PCR methods are more specific and sensitive to detect a small number of bacteria, even before development of clinical signs of infection and below an amount that could be detected in microbial cultures. On the other hand, the sensitivity of PCR methods may be influenced by the presence of PCR inhibitors, such as DNA-degrading enzymes in a template or in reaction reagents, and by the insufficient quality of a DNA template. The presence of inhibitors interfering with nucleic acid extraction and/or amplification has been observed in different clinical samples, especially in tissue specimens [3, 8]. The presence of large amounts of eukaryotic DNA in a template has also been shown to have inhibitory properties [8]. Difficulties in isolation of DNA from Gram-positive bacteria, such as R. equi and an excess of co-extracted equine DNA from tissue specimens may pose a problem leading to false-negative results in PCR. The optimal sample preparation, monitoring and accurate assessment of the presence of PCR inhibitors are required in order to eliminate false negative results. The inclusion of the internal control to the PCR confirms correct extraction and purification steps and thus acceptable quality of a template. Therefore, in the present real-time PCR assay, the internal control with oligonucleotides specific for equine and swine β-2-microglobulins was performed for all clinical samples to check the presence of inhibitors and to eliminate false negative results. The internal control assay gave positive result for 39 samples, which indicated the lack of inhibitor components in the reaction mixture. The PCR negative samples were collected from abscess with predominance of pus, which is known inhibitor of PCR reaction [8]. The developed assay can also be used to detect R. equi in specimens collected from hosts other than horses and pigs, however, the appropriate internal control (e.g. the primers/probe set targeting the host species-specific reference gene), should be included.
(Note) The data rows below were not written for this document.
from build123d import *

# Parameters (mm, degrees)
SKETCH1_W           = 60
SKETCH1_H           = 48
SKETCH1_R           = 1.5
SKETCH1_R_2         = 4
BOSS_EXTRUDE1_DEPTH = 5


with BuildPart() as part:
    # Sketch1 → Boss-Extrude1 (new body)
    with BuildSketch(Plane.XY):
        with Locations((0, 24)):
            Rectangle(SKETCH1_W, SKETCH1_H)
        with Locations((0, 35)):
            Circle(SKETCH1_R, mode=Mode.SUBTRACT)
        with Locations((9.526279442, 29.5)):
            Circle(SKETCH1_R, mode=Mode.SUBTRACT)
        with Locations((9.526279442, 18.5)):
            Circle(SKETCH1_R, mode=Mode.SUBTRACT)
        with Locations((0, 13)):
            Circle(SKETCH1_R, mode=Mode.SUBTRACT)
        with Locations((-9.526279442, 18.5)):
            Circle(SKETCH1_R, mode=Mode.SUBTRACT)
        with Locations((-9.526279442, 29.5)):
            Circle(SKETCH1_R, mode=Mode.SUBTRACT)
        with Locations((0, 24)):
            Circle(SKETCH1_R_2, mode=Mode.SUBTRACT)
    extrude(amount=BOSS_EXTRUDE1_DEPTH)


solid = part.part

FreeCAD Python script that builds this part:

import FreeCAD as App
import Part
import Sketcher
from FreeCAD import Vector

doc = App.newDocument("Part")
body = doc.addObject("PartDesign::Body", "Body")

sketch1 = body.newObject("Sketcher::SketchObject", "Sketch")
sketch1.AttachmentSupport = (doc.getObject("XY_Plane"), [""])
sketch1.MapMode = "FlatFace"
sketch1.addGeometry(Part.LineSegment(Vector(-30, 48, 0), Vector(-30, 0, 0)), False)
sketch1.addGeometry(Part.LineSegment(Vector(-30, 0, 0), Vector(30, 0, 0)), False)
sketch1.addGeometry(Part.LineSegment(Vector(30, 0, 0), Vector(30, 48, 0)), False)
sketch1.addGeometry(Part.LineSegment(Vector(30, 48, 0), Vector(-30, 48, 0)), False)
sketch1.addGeometry(Part.Circle(Vector(-9.526279, 18.5, 0), Vector(0, 0, 1), 1.5), False)
sketch1.addGeometry(Part.Circle(Vector(0, 13, 0), Vector(0, 0, 1), 1.5), False)
sketch1.addGeometry(Part.Circle(Vector(9.526279, 18.5, 0), Vector(0, 0, 1), 1.5), False)
sketch1.addGeometry(Part.Circle(Vector(-9.526279, 29.5, 0), Vector(0, 0, 1), 1.5), False)
sketch1.addGeometry(Part.Circle(Vector(0, 24, 0), Vector(0, 0, 1), 4), False)
sketch1.addGeometry(Part.Circle(Vector(9.526279, 29.5, 0), Vector(0, 0, 1), 1.5), False)
sketch1.addGeometry(Part.Circle(Vector(0, 35, 0), Vector(0, 0, 1), 1.5), False)
sketch1.addConstraint(Sketcher.Constraint("Coincident", 0, 2, 1, 1))
sketch1.addConstraint(Sketcher.Constraint("Coincident", 1, 2, 2, 1))
sketch1.addConstraint(Sketcher.Constraint("Coincident", 2, 2, 3, 1))
sketch1.addConstraint(Sketcher.Constraint("Coincident", 3, 2, 0, 1))
sketch1.addConstraint(Sketcher.Constraint("Vertical", 0))
sketch1.addConstraint(Sketcher.Constraint("Horizontal", 1))
sketch1.addConstraint(Sketcher.Constraint("Vertical", 2))
sketch1.addConstraint(Sketcher.Constraint("Horizontal", 3))
sketch1.addConstraint(Sketcher.Constraint("Equal", 4, 5))
sketch1.addConstraint(Sketcher.Constraint("Equal", 5, 6))
sketch1.addConstraint(Sketcher.Constraint("Equal", 6, 7))
sketch1.addConstraint(Sketcher.Constraint("Equal", 7, 9))
sketch1.addConstraint(Sketcher.Constraint("Equal", 9, 10))
sketch1.addConstraint(Sketcher.Constraint("Symmetric", 0, 2, 1, 2, -1, 1))
sketch1.addConstraint(Sketcher.Constraint("Symmetric", 4, 3, 6, 3, -2))
sketch1.addConstraint(Sketcher.Constraint("Symmetric", 7, 3, 9, 3, -2))
sketch1.addConstraint(Sketcher.Constraint("PointOnObject", 5, 3, -2))
sketch1.addConstraint(Sketcher.Constraint("PointOnObject", 8, 3, -2))
sketch1.addConstraint(Sketcher.Constraint("PointOnObject", 10, 3, -2))
sketch1.addConstraint(Sketcher.Constraint("Vertical", 4, 3, 7, 3))
sketch1.addConstraint(Sketcher.Constraint("Diameter", 4, 3.0))
sketch1.addConstraint(Sketcher.Constraint("Diameter", 8, 8.0))
sketch1.addConstraint(Sketcher.Constraint("DistanceX", 1, 1, 1, 2, 60.0))
sketch1.addConstraint(Sketcher.Constraint("DistanceY", 0, 2, 0, 1, 48.0))
sketch1.addConstraint(Sketcher.Constraint("DistanceY", -1, 1, 5, 3, 13.0))
sketch1.addConstraint(Sketcher.Constraint("DistanceY", -1, 1, 8, 3, 24.0))
sketch1.addConstraint(Sketcher.Constraint("DistanceY", -1, 1, 10, 3, 35.0))
sketch1.addConstraint(Sketcher.Constraint("DistanceY", 4, 3, 7, 3, 11.0))
sketch1.addConstraint(Sketcher.Constraint("DistanceY", -1, 1, 4, 3, 18.5))
sketch1.addConstraint(Sketcher.Constraint("DistanceX", 4, 3, -1, 1, 9.526279))
pad1 = body.newObject("PartDesign::Pad", "Pad")
pad1.Profile = sketch1
pad1.Length = 5

doc.recompute()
The developed real-time PCR assay is a useful and rapid tool applicable to direct detection of R. equi in various specimens, including tissue samples, and to identification of isolates of different origin, also those carrying virulence-associated plasmids different than VapA or plasmid-less. The detection of environmental avirulent isolates, which may be present in upper respiratory tract of horse as normal biota, could be some limitation of the newly developed assay as a diagnostic tool for analysis of some specimens in foals, such as tracheal washes or nasal swabs. On the other hand, R. equi isolation from tissue samples of other hosts can be problematic, as was shown by testing submaxillary lymph nodes specimens of swine origin. Moreover, in the pathogenesis of R. equi infections in humans may be included mechanisms other than those associated with Vaps. For example, the mycolic acids in the cell wall play a crucial role in the intracellular survival of these bacteria and the formation of granulomatous lesions in patients [25]. Takai et al. (1994) showed that 31 of 39 clinical isolates of R. equi from patients with and without AIDS did not carry the virulence plasmid and were avirulent in mice [25]. Thus, detection of both, virulent as well as avirulent strains causes that the test is a good tool for the detection of R. equi in case of other host, including humans. The assay allowed to detect R. equi in more clinical samples when compared to the culture method and conventional PCR assay and thus, it could complement the standard bacteriological methods and improve the diagnostics of R. equi infections.